The interventionist consensus breaks down, and an overdue debate begins.

It’s tough to believe in the context of today’s imperial paralysis, but for a fleeting moment at the end of the Cold War, the foreign-policy community was so off balance that America had a meaningful, wide-ranging debate about the ends of American foreign policy and the means to pursue them. In a series of essays published first by The National Interest, and then compiled into a 1991 book titled America’s Purpose, conservatives, neocons, and libertarians hashed out their differences. Or tried to, anyway.

The depth of the analysis demonstrated a much greater willingness than has existed at any point since to respond to questions of why we have a foreign policy and what it is supposed to do. One of many strange-bedfellows moments came in the opening paragraph of neoconservative author Nathan Glazer’s essay, “A Time for Modesty”:

There is a good deal of extravagance, to my mind, in the first two chapters in this volume, by Charles Krauthammer and Nathan Tarcov. Whatever other disagreements I may have with Patrick J. Buchanan, I find nothing objectionable in his flat assertion, ‘When this Cold War is over, America should come home.’

Just a few years later, however, Washington had settled on an uneasy compromise: no direct plunge into empire, but no coherent strategy for shedding the myriad commitments America had taken on during the Cold War either. Moreover, Iraq’s invasion of Kuwait, and the first President Bush’s effective shepherding of an international coalition to repel it, led much of the world to believe that the “new world order” was a sort of managerial unipolarity whereby America would marshal the world’s resources and legitimacy to protect the globe against threats collectively agreed upon.
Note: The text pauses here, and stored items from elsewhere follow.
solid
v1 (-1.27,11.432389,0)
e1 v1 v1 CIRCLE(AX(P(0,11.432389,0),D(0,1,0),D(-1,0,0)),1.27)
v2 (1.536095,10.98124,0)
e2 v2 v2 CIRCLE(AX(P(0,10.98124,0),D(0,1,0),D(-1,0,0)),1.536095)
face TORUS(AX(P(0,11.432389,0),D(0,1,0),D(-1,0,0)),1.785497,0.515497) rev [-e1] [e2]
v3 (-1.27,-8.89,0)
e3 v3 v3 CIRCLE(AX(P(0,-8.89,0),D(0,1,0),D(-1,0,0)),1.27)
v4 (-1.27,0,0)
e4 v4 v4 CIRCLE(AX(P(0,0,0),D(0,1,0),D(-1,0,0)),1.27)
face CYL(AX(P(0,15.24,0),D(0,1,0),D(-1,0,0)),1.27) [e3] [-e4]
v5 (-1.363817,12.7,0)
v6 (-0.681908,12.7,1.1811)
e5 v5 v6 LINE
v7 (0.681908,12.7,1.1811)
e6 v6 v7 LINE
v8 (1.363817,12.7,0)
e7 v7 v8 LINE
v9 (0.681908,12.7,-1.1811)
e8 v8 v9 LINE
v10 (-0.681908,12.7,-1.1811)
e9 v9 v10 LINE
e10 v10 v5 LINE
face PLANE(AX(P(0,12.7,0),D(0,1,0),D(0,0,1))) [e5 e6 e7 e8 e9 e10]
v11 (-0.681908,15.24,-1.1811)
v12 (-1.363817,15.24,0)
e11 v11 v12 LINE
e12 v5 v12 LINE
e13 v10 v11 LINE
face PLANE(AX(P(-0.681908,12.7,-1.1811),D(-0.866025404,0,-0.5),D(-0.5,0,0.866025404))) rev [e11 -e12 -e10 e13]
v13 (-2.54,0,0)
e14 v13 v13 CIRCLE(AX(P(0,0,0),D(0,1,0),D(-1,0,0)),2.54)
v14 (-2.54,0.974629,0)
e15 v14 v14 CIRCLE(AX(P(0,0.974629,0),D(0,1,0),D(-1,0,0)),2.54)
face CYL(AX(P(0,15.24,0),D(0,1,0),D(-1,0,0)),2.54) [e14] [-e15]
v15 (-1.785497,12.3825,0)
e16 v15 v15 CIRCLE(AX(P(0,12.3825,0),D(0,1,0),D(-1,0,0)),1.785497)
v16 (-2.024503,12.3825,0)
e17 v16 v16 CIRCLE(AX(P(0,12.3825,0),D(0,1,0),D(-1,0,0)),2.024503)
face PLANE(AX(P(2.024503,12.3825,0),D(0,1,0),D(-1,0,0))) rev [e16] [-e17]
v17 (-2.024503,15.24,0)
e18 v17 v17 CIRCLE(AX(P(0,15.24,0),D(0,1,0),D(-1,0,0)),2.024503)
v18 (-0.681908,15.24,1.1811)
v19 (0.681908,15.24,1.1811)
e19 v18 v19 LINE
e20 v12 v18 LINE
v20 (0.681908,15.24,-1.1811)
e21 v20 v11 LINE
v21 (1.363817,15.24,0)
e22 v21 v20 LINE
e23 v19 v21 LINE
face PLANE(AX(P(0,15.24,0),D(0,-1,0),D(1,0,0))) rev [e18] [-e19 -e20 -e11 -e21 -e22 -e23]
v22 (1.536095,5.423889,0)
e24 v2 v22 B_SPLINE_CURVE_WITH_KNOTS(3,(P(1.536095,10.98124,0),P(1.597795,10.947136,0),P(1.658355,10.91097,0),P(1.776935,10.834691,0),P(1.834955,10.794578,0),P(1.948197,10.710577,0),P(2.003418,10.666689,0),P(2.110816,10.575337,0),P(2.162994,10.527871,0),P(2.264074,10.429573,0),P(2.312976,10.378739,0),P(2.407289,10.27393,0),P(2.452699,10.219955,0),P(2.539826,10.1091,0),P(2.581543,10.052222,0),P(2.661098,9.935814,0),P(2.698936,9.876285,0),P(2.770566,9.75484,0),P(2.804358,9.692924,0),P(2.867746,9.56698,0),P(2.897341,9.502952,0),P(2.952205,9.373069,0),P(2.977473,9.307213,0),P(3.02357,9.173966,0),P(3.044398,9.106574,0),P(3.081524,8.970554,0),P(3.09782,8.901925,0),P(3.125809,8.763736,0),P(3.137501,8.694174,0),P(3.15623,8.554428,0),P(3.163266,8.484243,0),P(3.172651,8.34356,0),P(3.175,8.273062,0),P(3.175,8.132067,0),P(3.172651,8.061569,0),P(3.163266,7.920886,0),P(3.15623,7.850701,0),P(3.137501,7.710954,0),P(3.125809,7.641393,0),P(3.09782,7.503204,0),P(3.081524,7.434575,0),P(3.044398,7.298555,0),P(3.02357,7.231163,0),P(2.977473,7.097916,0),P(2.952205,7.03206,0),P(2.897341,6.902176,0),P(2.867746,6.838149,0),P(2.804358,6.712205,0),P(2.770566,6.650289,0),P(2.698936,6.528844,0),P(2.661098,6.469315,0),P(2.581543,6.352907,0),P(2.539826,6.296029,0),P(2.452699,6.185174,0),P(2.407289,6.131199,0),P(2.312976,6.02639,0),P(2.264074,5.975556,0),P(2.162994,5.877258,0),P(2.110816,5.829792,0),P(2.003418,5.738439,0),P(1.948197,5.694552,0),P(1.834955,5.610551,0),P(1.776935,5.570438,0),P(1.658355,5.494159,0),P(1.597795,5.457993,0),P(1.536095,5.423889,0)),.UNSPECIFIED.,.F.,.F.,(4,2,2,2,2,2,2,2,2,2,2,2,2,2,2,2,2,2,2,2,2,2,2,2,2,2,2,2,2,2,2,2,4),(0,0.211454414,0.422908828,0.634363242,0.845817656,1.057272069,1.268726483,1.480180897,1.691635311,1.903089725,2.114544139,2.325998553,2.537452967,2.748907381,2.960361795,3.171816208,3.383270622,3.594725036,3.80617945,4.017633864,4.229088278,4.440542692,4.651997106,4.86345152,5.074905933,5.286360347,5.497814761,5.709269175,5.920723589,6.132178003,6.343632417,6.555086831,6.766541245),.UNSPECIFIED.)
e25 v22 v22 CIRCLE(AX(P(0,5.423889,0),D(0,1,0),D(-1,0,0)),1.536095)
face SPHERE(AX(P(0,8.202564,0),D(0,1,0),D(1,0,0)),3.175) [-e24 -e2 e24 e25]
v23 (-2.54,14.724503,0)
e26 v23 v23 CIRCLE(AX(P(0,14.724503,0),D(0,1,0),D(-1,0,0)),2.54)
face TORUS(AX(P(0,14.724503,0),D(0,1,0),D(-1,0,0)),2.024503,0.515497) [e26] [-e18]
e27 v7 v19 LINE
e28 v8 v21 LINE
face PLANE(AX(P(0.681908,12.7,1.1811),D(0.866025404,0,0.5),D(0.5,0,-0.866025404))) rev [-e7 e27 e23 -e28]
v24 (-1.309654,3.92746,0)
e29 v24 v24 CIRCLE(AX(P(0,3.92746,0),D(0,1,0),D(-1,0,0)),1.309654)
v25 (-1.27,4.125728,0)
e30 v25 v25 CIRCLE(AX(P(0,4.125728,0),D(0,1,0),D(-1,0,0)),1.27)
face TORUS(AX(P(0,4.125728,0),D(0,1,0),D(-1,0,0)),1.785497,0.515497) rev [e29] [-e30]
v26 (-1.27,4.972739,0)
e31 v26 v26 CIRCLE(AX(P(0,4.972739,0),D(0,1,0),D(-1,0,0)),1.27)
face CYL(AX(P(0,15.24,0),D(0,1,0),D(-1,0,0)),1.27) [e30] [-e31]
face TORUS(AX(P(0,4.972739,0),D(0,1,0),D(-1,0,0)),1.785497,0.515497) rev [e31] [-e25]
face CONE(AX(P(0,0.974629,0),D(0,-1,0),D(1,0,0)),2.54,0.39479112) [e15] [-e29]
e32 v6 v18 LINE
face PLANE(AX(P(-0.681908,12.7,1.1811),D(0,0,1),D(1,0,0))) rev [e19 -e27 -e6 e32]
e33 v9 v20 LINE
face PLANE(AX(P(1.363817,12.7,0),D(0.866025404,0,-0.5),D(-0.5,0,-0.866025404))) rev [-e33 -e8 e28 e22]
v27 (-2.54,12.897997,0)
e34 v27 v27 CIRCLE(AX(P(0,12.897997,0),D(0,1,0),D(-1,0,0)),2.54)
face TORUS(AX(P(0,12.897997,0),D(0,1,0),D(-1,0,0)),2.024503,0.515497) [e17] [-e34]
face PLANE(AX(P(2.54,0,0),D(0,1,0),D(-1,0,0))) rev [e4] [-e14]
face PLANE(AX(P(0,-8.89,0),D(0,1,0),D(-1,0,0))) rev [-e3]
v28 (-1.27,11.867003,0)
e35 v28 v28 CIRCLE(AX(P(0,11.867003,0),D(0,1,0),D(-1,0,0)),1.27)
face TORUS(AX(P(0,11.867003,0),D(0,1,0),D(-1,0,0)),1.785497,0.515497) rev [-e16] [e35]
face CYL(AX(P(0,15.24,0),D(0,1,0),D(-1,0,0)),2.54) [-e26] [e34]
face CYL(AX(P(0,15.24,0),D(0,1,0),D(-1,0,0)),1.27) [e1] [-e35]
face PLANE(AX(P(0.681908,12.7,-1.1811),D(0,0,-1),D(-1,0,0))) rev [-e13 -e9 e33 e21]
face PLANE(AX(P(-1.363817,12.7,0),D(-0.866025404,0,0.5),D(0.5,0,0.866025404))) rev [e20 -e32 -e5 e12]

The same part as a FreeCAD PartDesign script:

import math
import FreeCAD as App
import Part
import Sketcher
Q = App.Units.Quantity

doc = App.newDocument("Part")
body = doc.addObject("PartDesign::Body", "Body")

sketch1 = body.newObject("Sketcher::SketchObject", "Sketch")
sketch1.AttachmentSupport = (doc.getObject("XY_Plane"), [""])
sketch1.MapMode = "FlatFace"
sketch1.addGeometry(Part.LineSegment(App.Vector(0, 15.24, 0), App.Vector(0, -8.89, 0)), False)
sketch1.addGeometry(Part.LineSegment(App.Vector(0, -8.89, 0), App.Vector(1.27, -8.89, 0)), False)
sketch1.addGeometry(Part.LineSegment(App.Vector(1.27, -8.89, 0), App.Vector(1.27, 0, 0)), False)
sketch1.addGeometry(Part.LineSegment(App.Vector(1.27, 0, 0), App.Vector(2.54, 0, 0)), False)
sketch1.addGeometry(Part.LineSegment(App.Vector(2.54, 0, 0), App.Vector(2.54, 0.97, 0)), False)
sketch1.addGeometry(Part.LineSegment(App.Vector(2.54, 0.97, 0), App.Vector(1.31, 3.93, 0)), False)
sketch1.addGeometry(Part.ArcOfCircle(Part.Circle(App.Vector(1.79, 4.13, 0), App.Vector(0, 0, 1), 0.52), math.radians(180), math.radians(203)), False)
sketch1.addGeometry(Part.LineSegment(App.Vector(1.27, 4.13, 0), App.Vector(1.27, 4.97, 0)), False)
sketch1.addGeometry(Part.ArcOfCircle(Part.Circle(App.Vector(1.79, 4.97, 0), App.Vector(0, 0, 1), 0.52), math.radians(119), math.radians(180)), False)
sketch1.addGeometry(Part.ArcOfCircle(Part.Circle(App.Vector(0, 8.2, 0), App.Vector(0, 0, 1), 3.17), math.radians(-61), math.radians(61)), False)
sketch1.addGeometry(Part.ArcOfCircle(Part.Circle(App.Vector(1.79, 11.43, 0), App.Vector(0, 0, 1), 0.52), math.radians(-180), math.radians(-119)), False)
sketch1.addGeometry(Part.LineSegment(App.Vector(1.27, 11.43, 0), App.Vector(1.27, 11.87, 0)), False)
sketch1.addGeometry(Part.ArcOfCircle(Part.Circle(App.Vector(1.79, 11.87, 0), App.Vector(0, 0, 1), 0.52), math.radians(90), math.radians(180)), False)
sketch1.addGeometry(Part.LineSegment(App.Vector(1.79, 12.38, 0), App.Vector(2.02, 12.38, 0)), False)
sketch1.addGeometry(Part.ArcOfCircle(Part.Circle(App.Vector(2.02, 12.9, 0), App.Vector(0, 0, 1), 0.52), math.radians(-90), math.radians(0)), False)
sketch1.addGeometry(Part.LineSegment(App.Vector(2.54, 12.9, 0), App.Vector(2.54, 14.72, 0)), False)
sketch1.addGeometry(Part.ArcOfCircle(Part.Circle(App.Vector(2.02, 14.72, 0), App.Vector(0, 0, 1), 0.52), math.radians(0), math.radians(90)), False)
sketch1.addGeometry(Part.LineSegment(App.Vector(2.02, 15.24, 0), App.Vector(0, 15.24, 0)), False)
sketch1.addConstraint(Sketcher.Constraint("Coincident", 0, 2, 1, 1))
sketch1.addConstraint(Sketcher.Constraint("Coincident", 1, 2, 2, 1))
sketch1.addConstraint(Sketcher.Constraint("Coincident", 2, 2, 3, 1))
sketch1.addConstraint(Sketcher.Constraint("Coincident", 3, 2, 4, 1))
sketch1.addConstraint(Sketcher.Constraint("Coincident", 4, 2, 5, 1))
sketch1.addConstraint(Sketcher.Constraint("Tangent", 5, 2, 6, 2))
sketch1.addConstraint(Sketcher.Constraint("Tangent", 6, 1, 7, 1))
sketch1.addConstraint(Sketcher.Constraint("Tangent", 7, 2, 8, 2))
sketch1.addConstraint(Sketcher.Constraint("Tangent", 8, 1, 9, 1))
sketch1.addConstraint(Sketcher.Constraint("Tangent", 9, 2, 10, 2))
Since then, obviously, the bloom has come off the rose. After the first Bush administration, hard questions had to be answered. Should NATO expand or disband? Should we liquidate or sustain U.S. military bases in South Korea, Japan, and Europe? Was Russia a defeated enemy to be held down or a new partner to be embraced? Could China be trusted? And over time, conservatives and liberals alike came to embrace a sort of imperialism by default: keep and ultimately expand NATO; maintain our defense commitments to South Korea, Japan, and Europe; and drift uneasily between attempts to engage Russia where we saw leverage and contain her where we saw ambition. The China question was bandied about in the mid-1990s, with the establishment deciding to engage her economically and contain her militarily. And so it went.

But in truth, since that brief fracas at the end of the Cold War, there has not been a sustained, serious debate about U.S. foreign policy. Indeed, the discussion in Washington has grown increasingly crabbed, with members of the interventionist consensus merely haggling over process questions, mostly on partisan lines. Think tanks, ostensibly in place to foster open debate, have become insular and riddled by groupthink. The American Enterprise Institute, for example, with far more influence on the current administration than any other, has stretched the bounds of intellectual honesty to the breaking point.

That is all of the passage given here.